#### RECORDS TO USE

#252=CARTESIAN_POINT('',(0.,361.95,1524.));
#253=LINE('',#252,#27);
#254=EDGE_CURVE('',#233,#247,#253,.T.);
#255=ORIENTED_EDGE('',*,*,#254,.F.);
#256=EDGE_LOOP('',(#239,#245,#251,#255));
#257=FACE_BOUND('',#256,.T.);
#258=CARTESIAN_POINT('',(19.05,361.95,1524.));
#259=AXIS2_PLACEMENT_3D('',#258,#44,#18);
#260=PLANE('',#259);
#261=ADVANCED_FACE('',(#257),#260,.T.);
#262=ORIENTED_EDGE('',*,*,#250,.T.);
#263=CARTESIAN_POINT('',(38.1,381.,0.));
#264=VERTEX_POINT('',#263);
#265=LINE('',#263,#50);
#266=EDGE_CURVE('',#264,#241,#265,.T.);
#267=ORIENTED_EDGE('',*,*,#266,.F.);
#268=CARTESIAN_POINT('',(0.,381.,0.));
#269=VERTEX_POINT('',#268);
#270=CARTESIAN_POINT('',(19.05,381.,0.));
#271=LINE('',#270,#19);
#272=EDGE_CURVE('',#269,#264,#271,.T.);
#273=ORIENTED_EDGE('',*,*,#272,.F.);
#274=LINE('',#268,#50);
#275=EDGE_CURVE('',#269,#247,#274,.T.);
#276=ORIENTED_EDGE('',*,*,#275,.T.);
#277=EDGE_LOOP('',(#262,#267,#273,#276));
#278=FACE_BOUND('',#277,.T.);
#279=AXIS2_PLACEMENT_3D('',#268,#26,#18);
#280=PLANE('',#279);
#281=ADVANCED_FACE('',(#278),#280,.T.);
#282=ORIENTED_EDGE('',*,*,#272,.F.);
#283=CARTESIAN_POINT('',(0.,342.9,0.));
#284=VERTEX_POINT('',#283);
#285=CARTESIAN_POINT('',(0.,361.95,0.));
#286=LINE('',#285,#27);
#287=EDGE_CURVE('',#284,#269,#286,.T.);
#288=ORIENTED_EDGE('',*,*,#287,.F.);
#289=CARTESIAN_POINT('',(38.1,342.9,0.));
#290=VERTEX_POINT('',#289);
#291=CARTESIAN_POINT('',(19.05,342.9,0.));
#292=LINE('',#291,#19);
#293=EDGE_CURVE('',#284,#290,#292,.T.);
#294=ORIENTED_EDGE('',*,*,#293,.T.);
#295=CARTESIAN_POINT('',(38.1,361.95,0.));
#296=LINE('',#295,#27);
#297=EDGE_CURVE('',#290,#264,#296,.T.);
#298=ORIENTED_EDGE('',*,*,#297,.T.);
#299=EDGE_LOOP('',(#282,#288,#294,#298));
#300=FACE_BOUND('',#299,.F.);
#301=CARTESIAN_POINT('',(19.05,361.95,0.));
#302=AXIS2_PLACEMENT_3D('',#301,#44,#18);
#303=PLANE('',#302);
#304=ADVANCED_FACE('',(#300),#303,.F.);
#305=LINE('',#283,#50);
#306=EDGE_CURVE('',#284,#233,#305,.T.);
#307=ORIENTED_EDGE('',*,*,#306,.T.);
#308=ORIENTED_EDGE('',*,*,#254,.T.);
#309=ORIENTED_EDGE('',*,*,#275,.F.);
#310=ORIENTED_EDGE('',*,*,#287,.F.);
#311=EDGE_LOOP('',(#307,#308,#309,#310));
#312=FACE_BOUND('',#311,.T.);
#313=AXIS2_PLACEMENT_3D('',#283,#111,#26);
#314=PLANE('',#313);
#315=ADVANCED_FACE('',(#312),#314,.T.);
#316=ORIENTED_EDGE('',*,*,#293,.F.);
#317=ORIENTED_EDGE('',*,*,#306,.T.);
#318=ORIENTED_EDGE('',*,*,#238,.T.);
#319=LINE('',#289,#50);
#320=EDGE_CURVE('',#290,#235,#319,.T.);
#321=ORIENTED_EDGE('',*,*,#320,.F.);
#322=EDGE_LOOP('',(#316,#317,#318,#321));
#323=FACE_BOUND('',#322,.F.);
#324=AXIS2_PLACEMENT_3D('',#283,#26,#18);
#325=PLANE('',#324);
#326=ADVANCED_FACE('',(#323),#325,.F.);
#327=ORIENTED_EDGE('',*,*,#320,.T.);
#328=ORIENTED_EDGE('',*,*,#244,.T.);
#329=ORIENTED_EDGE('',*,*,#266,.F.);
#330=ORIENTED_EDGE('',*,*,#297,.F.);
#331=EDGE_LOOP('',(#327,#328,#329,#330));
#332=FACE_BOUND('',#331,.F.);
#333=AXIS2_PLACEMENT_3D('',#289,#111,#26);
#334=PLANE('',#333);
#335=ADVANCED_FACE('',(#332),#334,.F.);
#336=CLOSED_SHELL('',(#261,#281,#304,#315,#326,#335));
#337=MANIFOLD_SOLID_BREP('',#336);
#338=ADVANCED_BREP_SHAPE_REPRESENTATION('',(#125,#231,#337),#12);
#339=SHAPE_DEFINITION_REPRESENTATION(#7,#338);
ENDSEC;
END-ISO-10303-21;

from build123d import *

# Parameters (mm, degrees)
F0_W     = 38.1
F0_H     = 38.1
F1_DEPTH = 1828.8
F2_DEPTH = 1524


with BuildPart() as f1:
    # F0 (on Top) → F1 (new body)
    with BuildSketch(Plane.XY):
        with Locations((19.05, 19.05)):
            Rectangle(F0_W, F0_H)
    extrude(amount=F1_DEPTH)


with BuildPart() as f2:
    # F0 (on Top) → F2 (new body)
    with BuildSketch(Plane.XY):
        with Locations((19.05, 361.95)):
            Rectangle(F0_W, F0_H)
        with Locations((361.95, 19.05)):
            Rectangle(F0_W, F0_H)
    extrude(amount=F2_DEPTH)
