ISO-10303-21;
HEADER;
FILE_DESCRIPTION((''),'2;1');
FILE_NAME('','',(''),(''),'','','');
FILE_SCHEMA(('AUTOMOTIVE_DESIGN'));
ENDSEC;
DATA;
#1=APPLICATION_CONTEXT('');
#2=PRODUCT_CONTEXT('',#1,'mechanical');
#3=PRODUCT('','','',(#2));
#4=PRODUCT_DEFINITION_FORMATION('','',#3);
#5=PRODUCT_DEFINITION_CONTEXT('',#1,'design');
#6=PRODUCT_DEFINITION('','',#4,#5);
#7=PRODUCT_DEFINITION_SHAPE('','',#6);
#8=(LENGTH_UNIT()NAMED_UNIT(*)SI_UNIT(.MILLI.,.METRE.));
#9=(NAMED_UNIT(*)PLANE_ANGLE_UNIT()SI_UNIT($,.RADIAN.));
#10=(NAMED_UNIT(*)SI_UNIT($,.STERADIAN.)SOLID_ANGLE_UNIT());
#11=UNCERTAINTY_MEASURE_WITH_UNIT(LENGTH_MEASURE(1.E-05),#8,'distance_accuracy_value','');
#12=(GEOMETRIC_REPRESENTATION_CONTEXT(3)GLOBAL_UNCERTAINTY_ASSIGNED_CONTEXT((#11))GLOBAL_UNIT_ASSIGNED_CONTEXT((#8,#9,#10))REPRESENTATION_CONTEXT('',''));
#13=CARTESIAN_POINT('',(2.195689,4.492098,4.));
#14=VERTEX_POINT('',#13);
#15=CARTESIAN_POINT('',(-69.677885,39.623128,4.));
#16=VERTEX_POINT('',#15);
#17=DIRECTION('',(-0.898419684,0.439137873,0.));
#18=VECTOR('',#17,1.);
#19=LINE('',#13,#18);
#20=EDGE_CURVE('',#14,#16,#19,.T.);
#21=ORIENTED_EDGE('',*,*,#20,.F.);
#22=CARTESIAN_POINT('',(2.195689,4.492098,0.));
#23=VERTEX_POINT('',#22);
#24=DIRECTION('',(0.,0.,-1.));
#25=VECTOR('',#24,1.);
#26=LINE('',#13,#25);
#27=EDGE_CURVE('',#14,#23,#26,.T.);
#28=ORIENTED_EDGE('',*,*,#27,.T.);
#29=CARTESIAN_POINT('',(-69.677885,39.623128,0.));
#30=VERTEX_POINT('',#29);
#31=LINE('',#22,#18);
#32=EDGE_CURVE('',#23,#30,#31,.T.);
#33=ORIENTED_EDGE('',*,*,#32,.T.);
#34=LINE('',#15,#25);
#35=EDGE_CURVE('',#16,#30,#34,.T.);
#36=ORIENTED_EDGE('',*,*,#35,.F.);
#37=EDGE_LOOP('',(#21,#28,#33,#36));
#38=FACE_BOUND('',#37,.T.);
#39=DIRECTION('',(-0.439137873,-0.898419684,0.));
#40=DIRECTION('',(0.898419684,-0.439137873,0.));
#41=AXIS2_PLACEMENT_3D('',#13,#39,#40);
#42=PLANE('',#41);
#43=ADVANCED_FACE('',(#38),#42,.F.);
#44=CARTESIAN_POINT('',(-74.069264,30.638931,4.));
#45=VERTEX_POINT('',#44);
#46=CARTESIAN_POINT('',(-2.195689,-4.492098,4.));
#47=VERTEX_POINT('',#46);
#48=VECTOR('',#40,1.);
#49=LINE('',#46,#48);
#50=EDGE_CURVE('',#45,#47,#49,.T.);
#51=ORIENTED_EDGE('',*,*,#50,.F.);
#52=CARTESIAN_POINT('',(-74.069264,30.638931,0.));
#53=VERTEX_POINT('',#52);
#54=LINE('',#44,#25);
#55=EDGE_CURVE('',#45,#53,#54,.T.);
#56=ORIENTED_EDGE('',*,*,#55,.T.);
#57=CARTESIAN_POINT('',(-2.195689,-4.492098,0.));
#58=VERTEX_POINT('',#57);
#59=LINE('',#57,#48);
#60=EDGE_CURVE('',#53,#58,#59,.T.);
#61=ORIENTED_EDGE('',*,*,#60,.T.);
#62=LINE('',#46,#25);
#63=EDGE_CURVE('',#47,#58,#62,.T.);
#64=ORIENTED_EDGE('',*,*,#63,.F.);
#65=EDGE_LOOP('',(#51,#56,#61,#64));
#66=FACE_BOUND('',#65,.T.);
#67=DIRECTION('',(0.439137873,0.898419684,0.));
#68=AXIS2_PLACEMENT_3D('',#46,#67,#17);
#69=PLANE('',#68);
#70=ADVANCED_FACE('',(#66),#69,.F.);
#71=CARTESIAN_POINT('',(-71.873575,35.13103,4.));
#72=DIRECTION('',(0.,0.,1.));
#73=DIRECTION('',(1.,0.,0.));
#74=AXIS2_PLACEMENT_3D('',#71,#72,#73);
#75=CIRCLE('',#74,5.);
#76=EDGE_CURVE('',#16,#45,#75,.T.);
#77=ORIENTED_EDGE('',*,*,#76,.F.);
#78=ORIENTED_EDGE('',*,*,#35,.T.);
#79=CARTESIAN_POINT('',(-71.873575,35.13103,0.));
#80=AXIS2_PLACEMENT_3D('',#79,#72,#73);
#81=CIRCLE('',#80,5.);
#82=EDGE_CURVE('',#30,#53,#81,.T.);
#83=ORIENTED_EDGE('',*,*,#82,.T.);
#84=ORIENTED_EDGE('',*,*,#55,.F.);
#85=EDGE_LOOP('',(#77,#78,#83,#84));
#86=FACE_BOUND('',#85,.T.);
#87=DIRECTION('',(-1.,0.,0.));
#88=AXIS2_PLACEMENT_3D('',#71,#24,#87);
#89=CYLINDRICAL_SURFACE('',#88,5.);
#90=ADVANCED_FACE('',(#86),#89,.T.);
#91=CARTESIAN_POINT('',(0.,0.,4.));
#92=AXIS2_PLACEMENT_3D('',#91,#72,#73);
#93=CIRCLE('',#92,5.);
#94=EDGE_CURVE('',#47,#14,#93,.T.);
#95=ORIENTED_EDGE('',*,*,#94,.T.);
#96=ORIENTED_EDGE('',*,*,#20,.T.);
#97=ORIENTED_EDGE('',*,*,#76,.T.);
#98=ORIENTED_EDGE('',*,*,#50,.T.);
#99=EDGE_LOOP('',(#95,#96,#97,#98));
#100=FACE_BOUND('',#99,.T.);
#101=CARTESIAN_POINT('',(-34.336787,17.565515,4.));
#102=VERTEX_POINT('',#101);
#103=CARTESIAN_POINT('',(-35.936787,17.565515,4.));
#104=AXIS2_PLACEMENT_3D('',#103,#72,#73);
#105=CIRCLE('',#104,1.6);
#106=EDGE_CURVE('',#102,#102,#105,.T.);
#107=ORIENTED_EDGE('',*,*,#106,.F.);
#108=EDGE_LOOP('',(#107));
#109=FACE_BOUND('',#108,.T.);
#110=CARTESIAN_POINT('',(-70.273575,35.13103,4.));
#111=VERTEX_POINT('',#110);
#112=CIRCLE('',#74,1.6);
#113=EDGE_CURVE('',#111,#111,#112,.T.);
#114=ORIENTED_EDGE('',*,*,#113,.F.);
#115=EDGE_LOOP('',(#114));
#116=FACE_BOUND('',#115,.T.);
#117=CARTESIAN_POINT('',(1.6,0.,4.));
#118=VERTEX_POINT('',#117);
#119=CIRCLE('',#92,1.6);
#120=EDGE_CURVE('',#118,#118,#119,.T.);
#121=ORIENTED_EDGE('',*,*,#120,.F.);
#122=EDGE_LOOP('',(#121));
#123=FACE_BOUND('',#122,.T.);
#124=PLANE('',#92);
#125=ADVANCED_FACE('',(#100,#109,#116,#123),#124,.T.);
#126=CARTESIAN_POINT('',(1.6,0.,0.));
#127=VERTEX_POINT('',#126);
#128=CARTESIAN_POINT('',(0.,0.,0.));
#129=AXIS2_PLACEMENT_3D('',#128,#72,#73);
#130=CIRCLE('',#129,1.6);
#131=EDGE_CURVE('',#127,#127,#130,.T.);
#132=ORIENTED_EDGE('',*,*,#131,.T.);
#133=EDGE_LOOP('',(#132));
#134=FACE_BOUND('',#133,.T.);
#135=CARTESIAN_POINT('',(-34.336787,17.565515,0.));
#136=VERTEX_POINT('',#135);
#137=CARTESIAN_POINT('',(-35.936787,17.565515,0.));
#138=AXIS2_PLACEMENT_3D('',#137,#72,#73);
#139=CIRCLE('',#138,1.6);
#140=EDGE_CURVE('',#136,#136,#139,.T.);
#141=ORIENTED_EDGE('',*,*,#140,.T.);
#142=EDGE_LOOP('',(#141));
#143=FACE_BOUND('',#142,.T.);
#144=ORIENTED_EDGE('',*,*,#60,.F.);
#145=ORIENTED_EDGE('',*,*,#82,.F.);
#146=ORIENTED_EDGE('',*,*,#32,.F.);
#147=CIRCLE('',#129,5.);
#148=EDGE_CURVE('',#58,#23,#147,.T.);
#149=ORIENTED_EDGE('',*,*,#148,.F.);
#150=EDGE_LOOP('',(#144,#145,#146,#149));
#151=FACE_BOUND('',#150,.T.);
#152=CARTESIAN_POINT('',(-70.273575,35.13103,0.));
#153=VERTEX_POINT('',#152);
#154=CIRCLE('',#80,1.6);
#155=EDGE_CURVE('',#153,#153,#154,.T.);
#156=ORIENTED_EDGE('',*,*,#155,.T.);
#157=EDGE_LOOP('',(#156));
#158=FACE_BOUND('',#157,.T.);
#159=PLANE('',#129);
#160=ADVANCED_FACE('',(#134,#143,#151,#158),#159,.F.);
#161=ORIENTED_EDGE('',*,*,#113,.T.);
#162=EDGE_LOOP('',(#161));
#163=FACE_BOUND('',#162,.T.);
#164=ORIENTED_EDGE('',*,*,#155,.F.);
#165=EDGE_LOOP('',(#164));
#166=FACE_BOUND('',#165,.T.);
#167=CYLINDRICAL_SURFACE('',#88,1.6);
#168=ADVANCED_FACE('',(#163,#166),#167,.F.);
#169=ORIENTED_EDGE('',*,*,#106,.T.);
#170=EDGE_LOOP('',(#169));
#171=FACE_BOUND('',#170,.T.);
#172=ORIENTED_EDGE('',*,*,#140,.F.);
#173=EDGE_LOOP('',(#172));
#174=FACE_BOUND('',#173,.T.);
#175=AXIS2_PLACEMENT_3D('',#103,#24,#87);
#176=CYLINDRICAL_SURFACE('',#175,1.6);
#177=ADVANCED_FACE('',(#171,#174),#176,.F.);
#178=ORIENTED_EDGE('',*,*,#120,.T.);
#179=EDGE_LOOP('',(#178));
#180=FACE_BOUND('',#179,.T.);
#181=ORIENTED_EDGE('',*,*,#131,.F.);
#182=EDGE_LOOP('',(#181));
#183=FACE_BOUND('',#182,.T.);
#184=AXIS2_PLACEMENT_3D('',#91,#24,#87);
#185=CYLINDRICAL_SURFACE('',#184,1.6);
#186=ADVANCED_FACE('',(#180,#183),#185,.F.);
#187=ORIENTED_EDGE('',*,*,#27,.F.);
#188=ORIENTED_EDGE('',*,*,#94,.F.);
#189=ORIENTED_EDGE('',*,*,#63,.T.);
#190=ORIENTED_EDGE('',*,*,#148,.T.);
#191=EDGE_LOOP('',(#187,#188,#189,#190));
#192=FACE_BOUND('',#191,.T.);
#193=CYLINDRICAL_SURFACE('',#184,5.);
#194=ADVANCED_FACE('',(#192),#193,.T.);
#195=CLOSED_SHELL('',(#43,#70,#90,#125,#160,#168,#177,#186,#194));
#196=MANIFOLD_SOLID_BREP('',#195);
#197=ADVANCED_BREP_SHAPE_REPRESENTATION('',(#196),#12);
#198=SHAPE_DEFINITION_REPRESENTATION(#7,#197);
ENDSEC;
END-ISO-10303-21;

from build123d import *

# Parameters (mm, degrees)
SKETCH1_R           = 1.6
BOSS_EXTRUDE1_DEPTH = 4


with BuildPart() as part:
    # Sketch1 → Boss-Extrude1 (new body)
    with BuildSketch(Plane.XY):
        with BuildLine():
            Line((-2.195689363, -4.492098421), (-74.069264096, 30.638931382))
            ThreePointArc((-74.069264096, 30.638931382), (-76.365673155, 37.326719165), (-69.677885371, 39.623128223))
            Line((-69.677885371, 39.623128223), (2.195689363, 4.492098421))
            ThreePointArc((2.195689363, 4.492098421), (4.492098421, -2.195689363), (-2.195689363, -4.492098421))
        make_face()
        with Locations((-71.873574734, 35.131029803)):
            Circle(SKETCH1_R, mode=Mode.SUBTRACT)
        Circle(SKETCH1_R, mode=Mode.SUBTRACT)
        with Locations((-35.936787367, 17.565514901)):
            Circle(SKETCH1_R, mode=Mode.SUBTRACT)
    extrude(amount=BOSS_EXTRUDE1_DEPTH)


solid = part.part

########

* YOUR ASSIGNMENT: Output nothing but the lines from the one containing "#191=EDGE_LOOP('',(#187,#188,#189,#190));" through the last line of the data, exactly as they stand.

* EXPECTED ANSWER:
#191=EDGE_LOOP('',(#187,#188,#189,#190));
#192=FACE_BOUND('',#191,.T.);
#193=CYLINDRICAL_SURFACE('',#184,5.);
#194=ADVANCED_FACE('',(#192),#193,.T.);
#195=CLOSED_SHELL('',(#43,#70,#90,#125,#160,#168,#177,#186,#194));
#196=MANIFOLD_SOLID_BREP('',#195);
#197=ADVANCED_BREP_SHAPE_REPRESENTATION('',(#196),#12);
#198=SHAPE_DEFINITION_REPRESENTATION(#7,#197);
ENDSEC;
END-ISO-10303-21;

from build123d import *

# Parameters (mm, degrees)
SKETCH1_R           = 1.6
BOSS_EXTRUDE1_DEPTH = 4


with BuildPart() as part:
    # Sketch1 → Boss-Extrude1 (new body)
    with BuildSketch(Plane.XY):
        with BuildLine():
            Line((-2.195689363, -4.492098421), (-74.069264096, 30.638931382))
            ThreePointArc((-74.069264096, 30.638931382), (-76.365673155, 37.326719165), (-69.677885371, 39.623128223))
            Line((-69.677885371, 39.623128223), (2.195689363, 4.492098421))
            ThreePointArc((2.195689363, 4.492098421), (4.492098421, -2.195689363), (-2.195689363, -4.492098421))
        make_face()
        with Locations((-71.873574734, 35.131029803)):
            Circle(SKETCH1_R, mode=Mode.SUBTRACT)
        Circle(SKETCH1_R, mode=Mode.SUBTRACT)
        with Locations((-35.936787367, 17.565514901)):
            Circle(SKETCH1_R, mode=Mode.SUBTRACT)
    extrude(amount=BOSS_EXTRUDE1_DEPTH)


solid = part.part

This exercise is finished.